**Task item**. Restate word for word the lines of the records below, starting at the line that contains "translate([-extr*sin(15), -extr*cos(15), -h/2], center=false)" and ending at the line that contains "if (frame_type ==1)", with both of those lines included and nothing else.

(Collected data)
◆ ◆ ◆
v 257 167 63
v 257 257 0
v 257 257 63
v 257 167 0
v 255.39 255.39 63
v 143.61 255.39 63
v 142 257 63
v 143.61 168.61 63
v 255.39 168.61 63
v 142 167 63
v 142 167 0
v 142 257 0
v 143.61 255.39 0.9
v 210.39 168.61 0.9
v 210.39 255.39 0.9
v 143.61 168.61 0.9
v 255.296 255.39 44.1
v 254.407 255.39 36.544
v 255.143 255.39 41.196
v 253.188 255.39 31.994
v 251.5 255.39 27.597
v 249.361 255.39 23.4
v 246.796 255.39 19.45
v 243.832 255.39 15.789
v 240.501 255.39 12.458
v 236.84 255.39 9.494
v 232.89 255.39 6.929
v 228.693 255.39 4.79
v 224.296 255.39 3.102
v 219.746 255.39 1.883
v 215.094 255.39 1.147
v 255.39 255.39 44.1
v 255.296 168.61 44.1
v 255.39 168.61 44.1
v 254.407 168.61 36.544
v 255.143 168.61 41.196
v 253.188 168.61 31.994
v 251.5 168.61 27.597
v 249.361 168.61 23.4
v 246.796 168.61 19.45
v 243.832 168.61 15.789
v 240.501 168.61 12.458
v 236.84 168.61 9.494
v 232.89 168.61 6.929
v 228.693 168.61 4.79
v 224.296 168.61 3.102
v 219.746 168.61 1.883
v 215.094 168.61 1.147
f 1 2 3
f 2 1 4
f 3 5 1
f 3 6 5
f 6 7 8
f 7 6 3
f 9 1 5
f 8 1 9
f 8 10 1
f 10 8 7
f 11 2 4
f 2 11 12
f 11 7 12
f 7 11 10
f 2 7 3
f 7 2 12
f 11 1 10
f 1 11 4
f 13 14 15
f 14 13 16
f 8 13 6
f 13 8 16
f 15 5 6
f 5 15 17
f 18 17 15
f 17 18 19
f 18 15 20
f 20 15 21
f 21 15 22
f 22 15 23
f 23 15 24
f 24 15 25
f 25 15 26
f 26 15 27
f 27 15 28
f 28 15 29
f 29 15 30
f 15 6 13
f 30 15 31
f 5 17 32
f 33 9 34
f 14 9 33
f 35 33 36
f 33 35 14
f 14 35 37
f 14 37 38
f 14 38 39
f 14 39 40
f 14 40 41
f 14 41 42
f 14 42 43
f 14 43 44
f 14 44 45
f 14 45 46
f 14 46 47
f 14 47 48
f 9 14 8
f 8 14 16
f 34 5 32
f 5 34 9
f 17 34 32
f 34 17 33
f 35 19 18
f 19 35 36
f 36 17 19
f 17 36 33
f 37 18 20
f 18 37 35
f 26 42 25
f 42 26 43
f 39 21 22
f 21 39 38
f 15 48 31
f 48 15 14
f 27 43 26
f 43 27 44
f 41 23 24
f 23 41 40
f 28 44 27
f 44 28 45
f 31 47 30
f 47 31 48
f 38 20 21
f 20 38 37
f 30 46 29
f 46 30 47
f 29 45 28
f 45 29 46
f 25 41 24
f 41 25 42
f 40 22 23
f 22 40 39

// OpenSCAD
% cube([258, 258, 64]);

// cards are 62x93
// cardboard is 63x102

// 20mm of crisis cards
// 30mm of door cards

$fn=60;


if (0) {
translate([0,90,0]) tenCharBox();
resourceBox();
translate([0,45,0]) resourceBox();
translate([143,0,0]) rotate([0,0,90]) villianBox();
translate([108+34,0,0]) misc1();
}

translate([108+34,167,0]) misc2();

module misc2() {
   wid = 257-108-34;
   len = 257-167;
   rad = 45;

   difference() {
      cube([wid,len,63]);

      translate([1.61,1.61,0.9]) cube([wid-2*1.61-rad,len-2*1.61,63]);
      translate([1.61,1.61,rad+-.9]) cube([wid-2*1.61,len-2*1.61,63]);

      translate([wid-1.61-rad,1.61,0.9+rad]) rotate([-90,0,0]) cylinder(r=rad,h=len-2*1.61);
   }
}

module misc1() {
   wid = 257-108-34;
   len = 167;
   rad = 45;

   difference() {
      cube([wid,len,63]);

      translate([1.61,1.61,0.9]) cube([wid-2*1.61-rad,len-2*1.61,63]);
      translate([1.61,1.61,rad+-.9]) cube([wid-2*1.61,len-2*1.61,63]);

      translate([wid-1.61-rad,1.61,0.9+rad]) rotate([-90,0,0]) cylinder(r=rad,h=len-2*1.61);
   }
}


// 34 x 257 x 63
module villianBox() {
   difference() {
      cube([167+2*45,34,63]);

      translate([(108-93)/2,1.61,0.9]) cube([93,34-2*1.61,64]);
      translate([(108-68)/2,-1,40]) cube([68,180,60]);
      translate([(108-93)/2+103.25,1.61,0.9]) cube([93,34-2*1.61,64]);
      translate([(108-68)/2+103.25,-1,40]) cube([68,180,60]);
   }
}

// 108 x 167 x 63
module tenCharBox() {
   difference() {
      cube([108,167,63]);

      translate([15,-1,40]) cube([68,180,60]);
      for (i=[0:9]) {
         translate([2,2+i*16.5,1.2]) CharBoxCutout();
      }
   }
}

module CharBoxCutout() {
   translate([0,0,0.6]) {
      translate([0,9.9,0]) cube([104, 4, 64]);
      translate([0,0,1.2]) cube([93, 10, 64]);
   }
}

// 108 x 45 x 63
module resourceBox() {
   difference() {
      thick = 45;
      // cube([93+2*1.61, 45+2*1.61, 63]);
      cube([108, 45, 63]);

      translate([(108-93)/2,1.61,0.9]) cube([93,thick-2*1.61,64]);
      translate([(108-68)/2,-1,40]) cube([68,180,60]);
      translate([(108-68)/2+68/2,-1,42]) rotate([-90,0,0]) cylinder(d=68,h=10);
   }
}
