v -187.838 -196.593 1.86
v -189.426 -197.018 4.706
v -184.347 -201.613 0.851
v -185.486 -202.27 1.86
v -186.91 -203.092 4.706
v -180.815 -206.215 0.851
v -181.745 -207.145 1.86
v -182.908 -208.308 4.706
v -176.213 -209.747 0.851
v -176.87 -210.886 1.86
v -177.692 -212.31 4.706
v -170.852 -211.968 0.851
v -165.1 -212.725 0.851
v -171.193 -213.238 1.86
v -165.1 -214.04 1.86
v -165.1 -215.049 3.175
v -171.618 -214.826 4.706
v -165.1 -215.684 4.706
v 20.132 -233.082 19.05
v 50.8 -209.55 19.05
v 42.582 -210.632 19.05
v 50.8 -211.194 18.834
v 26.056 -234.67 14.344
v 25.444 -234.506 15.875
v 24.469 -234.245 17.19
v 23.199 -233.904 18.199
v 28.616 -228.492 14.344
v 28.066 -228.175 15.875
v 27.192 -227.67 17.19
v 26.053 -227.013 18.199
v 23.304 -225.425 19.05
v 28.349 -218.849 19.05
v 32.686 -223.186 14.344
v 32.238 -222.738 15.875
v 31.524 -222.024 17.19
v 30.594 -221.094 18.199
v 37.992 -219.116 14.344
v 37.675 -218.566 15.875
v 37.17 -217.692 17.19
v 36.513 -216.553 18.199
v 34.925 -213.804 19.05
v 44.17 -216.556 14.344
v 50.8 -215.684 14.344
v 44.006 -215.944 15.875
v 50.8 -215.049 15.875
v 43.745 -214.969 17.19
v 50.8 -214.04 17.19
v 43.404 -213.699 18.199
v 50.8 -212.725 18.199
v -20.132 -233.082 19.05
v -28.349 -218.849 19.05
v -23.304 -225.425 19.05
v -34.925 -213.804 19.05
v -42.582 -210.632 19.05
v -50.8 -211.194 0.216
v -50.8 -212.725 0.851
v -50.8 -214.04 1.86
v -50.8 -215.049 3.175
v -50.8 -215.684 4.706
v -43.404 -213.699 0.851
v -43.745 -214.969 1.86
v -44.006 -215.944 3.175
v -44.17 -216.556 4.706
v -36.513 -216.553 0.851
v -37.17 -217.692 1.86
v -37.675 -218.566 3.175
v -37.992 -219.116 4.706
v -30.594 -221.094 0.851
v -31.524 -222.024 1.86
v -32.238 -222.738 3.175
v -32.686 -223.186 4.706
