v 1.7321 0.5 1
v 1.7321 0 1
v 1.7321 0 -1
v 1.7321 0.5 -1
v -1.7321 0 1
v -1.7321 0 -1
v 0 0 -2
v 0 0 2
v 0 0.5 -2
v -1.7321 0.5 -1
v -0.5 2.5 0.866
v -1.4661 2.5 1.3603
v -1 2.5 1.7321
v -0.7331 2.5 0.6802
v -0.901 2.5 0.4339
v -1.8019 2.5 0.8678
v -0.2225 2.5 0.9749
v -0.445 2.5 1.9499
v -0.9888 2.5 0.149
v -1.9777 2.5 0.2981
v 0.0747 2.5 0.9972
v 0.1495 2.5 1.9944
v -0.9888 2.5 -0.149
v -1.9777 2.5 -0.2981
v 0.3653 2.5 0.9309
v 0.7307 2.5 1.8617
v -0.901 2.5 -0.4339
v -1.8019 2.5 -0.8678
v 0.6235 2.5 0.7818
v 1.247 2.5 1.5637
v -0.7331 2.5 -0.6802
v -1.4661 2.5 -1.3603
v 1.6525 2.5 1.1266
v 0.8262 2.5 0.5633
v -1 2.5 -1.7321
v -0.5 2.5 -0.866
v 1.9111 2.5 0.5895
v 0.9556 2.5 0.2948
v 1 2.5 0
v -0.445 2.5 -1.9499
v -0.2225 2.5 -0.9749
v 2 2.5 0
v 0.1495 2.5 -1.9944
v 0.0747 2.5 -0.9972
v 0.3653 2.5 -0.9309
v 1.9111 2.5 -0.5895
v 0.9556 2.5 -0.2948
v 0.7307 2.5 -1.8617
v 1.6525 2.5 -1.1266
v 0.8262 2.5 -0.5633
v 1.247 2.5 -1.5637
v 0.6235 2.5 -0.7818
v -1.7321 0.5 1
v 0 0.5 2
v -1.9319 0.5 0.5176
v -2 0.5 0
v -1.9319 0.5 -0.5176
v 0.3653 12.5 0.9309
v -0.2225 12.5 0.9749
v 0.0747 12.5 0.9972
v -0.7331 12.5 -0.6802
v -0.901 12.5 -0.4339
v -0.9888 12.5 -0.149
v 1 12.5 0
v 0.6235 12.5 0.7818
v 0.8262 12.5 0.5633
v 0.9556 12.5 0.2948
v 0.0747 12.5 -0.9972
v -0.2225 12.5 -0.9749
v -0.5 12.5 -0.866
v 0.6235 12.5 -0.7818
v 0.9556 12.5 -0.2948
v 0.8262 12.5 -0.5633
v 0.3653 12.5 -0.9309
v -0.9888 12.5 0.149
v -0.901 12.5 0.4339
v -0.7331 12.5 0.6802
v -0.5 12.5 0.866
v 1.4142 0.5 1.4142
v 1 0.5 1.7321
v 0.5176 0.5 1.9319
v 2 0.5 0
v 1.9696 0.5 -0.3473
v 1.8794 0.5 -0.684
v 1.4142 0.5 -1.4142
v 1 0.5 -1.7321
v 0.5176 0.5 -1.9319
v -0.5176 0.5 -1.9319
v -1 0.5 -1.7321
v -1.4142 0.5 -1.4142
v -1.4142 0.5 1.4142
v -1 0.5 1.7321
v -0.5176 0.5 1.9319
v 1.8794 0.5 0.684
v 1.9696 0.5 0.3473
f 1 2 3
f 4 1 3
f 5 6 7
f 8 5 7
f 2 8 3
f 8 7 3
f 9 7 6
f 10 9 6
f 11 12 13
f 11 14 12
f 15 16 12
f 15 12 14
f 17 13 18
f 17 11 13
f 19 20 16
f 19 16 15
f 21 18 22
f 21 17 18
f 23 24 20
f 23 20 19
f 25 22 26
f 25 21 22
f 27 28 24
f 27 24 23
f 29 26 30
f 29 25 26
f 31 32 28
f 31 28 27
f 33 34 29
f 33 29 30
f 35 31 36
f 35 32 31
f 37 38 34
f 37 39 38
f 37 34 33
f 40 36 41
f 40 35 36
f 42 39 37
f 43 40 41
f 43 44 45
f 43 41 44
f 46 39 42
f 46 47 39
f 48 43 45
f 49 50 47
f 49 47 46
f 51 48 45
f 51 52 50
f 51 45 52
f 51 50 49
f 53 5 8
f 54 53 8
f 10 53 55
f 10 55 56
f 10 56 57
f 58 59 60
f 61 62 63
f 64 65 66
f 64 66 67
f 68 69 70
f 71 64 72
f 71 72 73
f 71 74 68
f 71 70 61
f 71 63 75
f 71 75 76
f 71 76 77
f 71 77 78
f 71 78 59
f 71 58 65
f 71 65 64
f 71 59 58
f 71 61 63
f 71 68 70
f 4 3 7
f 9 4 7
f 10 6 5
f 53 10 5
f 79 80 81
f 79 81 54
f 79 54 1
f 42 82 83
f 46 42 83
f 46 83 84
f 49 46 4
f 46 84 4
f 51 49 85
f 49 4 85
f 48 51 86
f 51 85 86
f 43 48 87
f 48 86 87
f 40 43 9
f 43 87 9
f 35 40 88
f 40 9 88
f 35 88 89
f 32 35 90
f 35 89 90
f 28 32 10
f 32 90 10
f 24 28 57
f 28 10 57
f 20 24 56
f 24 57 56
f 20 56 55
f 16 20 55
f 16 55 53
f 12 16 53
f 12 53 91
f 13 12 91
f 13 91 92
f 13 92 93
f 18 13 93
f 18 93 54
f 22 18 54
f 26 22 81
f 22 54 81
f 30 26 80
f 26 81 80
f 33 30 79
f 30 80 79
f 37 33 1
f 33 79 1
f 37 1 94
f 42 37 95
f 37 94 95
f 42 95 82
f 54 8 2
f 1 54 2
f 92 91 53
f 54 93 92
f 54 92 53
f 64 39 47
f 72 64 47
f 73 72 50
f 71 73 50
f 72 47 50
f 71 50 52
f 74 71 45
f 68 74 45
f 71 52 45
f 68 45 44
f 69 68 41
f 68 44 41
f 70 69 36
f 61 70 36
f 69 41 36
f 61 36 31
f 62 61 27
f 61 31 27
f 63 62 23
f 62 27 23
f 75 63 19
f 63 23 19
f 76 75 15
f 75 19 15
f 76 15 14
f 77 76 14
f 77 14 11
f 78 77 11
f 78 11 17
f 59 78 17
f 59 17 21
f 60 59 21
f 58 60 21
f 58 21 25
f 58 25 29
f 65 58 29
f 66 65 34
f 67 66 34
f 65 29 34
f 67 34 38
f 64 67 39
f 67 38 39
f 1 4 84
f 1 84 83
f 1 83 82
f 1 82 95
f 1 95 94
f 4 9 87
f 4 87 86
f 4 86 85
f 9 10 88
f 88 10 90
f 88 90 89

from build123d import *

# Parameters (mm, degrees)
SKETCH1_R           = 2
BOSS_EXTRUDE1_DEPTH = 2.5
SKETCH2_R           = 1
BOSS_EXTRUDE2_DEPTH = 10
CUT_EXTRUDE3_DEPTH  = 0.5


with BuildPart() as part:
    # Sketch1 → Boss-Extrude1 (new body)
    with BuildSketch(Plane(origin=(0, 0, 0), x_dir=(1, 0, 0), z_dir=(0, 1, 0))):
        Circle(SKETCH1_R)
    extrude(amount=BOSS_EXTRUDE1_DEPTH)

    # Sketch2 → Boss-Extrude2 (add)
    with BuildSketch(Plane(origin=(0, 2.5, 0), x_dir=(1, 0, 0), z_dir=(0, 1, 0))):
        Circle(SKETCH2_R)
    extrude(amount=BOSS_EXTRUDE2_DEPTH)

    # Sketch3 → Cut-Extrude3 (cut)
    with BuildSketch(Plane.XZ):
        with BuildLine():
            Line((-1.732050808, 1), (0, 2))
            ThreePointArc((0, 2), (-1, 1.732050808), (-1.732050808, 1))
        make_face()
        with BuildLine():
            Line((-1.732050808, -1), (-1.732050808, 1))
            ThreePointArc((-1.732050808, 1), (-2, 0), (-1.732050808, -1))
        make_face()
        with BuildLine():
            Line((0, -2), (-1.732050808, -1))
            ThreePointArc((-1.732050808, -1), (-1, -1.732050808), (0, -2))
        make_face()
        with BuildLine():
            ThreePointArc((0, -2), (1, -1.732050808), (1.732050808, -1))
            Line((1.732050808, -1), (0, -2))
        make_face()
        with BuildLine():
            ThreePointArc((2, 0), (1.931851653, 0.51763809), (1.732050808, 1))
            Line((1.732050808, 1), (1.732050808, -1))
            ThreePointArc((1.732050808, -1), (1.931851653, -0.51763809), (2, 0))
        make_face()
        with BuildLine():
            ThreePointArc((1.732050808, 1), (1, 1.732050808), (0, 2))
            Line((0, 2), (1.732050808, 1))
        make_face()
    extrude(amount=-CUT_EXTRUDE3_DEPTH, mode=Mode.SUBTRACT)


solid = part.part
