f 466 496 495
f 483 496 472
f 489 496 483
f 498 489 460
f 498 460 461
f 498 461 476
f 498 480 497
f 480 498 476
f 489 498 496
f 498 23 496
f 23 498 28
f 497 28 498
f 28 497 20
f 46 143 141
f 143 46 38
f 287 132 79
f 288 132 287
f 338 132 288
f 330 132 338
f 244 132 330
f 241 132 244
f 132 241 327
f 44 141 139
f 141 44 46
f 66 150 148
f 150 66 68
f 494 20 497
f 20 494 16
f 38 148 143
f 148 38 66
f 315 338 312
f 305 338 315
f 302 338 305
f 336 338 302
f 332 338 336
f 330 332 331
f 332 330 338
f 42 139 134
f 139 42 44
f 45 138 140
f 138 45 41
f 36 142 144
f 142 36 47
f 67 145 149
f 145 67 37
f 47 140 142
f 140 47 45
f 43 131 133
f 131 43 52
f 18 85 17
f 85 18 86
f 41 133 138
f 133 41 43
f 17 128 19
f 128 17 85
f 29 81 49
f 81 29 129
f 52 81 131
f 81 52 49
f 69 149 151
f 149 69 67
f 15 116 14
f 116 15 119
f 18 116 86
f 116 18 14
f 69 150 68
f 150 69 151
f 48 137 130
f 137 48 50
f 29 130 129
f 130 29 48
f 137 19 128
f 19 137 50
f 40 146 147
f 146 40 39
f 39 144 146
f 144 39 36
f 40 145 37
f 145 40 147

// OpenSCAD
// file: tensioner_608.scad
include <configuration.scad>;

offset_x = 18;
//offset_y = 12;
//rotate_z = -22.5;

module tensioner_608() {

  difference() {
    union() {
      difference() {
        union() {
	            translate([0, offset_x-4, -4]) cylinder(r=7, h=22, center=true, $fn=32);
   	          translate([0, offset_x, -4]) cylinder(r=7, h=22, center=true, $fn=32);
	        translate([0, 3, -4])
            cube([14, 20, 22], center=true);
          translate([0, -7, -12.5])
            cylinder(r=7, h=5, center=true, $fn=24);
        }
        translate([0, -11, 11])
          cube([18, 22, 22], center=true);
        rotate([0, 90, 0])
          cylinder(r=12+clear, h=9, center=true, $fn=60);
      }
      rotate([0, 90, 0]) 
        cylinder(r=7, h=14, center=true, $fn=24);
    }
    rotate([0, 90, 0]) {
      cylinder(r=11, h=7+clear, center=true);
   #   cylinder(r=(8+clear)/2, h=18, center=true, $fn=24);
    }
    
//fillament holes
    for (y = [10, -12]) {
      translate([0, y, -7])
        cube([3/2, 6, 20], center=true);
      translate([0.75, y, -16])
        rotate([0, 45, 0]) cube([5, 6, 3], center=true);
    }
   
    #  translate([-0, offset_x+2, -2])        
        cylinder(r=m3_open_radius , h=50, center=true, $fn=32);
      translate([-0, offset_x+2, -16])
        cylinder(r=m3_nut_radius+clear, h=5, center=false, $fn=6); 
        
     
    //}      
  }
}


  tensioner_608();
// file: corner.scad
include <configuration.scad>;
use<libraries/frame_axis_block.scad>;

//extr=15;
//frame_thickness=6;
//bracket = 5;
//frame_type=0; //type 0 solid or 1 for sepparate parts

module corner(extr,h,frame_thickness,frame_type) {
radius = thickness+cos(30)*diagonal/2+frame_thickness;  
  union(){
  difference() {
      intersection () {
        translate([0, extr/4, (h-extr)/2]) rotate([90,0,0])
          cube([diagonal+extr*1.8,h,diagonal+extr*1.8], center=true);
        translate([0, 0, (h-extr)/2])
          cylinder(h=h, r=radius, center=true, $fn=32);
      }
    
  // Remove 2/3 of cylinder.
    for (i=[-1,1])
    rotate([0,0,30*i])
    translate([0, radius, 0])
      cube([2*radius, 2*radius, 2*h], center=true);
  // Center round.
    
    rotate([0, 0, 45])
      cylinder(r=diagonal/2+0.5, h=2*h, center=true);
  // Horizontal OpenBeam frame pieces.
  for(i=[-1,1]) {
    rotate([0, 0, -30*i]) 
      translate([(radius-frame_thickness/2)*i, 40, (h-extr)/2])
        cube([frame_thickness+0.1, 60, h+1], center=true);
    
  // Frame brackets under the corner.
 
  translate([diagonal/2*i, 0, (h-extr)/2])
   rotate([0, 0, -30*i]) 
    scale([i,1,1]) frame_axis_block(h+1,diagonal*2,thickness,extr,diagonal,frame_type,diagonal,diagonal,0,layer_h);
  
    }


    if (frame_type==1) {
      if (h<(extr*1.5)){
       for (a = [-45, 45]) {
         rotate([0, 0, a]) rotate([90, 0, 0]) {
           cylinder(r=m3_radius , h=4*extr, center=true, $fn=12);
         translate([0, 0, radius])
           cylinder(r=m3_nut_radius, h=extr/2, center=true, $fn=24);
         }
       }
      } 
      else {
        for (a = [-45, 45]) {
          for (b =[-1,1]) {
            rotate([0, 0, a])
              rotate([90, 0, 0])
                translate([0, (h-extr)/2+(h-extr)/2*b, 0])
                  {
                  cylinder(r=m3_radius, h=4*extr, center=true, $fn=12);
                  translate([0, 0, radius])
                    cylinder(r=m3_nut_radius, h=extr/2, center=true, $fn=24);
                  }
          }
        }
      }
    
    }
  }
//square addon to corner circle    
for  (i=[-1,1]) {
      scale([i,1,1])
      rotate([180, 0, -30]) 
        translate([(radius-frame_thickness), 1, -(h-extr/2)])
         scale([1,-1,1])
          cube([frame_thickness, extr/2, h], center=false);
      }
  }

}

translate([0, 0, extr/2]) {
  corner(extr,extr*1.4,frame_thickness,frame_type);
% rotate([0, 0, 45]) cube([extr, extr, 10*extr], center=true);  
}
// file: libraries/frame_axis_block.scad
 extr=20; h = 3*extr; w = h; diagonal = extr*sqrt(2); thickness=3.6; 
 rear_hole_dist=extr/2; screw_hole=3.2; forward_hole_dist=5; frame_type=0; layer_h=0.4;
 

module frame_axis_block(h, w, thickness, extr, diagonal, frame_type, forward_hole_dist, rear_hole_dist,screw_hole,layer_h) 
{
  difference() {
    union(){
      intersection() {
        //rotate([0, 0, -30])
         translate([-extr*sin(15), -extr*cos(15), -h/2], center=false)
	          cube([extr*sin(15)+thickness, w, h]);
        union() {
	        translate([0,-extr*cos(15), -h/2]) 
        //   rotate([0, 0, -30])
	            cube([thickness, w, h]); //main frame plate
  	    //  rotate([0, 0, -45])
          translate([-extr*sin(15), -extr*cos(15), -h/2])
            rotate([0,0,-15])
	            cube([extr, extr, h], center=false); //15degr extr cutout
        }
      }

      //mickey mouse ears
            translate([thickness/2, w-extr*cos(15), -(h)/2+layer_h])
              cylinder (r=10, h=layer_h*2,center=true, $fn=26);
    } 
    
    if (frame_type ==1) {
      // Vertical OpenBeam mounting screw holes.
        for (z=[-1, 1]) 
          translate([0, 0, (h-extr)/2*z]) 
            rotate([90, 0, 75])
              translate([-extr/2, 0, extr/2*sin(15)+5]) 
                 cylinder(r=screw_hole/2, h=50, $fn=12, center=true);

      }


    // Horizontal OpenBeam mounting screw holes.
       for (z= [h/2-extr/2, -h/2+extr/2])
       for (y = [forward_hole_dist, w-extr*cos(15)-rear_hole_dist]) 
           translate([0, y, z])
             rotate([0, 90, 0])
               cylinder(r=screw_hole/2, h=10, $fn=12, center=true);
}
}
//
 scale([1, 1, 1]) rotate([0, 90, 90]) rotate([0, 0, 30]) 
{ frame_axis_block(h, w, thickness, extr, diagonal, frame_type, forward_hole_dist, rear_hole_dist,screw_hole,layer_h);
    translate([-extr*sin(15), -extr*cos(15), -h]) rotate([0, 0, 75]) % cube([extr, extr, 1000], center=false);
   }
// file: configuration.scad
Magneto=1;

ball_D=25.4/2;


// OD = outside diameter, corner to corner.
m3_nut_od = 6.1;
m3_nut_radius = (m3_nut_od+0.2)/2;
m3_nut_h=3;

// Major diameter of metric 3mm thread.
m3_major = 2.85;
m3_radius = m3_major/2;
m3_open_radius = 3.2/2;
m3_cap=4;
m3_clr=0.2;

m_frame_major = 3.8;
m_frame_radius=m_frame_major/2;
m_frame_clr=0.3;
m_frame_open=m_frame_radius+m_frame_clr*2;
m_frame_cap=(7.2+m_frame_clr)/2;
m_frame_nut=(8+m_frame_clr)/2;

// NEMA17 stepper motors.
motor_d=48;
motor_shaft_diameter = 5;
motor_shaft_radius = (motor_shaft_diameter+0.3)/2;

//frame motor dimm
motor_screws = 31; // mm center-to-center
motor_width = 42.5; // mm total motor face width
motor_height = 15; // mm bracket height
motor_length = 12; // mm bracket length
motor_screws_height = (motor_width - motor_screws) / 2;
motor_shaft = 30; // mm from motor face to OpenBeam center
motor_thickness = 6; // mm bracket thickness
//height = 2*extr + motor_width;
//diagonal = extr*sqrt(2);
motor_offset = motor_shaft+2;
◆ ◆ ◆
**Answer to the problem**.
         translate([-extr*sin(15), -extr*cos(15), -h/2], center=false)
	          cube([extr*sin(15)+thickness, w, h]);
        union() {
	        translate([0,-extr*cos(15), -h/2]) 
        //   rotate([0, 0, -30])
	            cube([thickness, w, h]); //main frame plate
  	    //  rotate([0, 0, -45])
          translate([-extr*sin(15), -extr*cos(15), -h/2])
            rotate([0,0,-15])
	            cube([extr, extr, h], center=false); //15degr extr cutout
        }
      }

      //mickey mouse ears
            translate([thickness/2, w-extr*cos(15), -(h)/2+layer_h])
              cylinder (r=10, h=layer_h*2,center=true, $fn=26);
    } 
    
    if (frame_type ==1) {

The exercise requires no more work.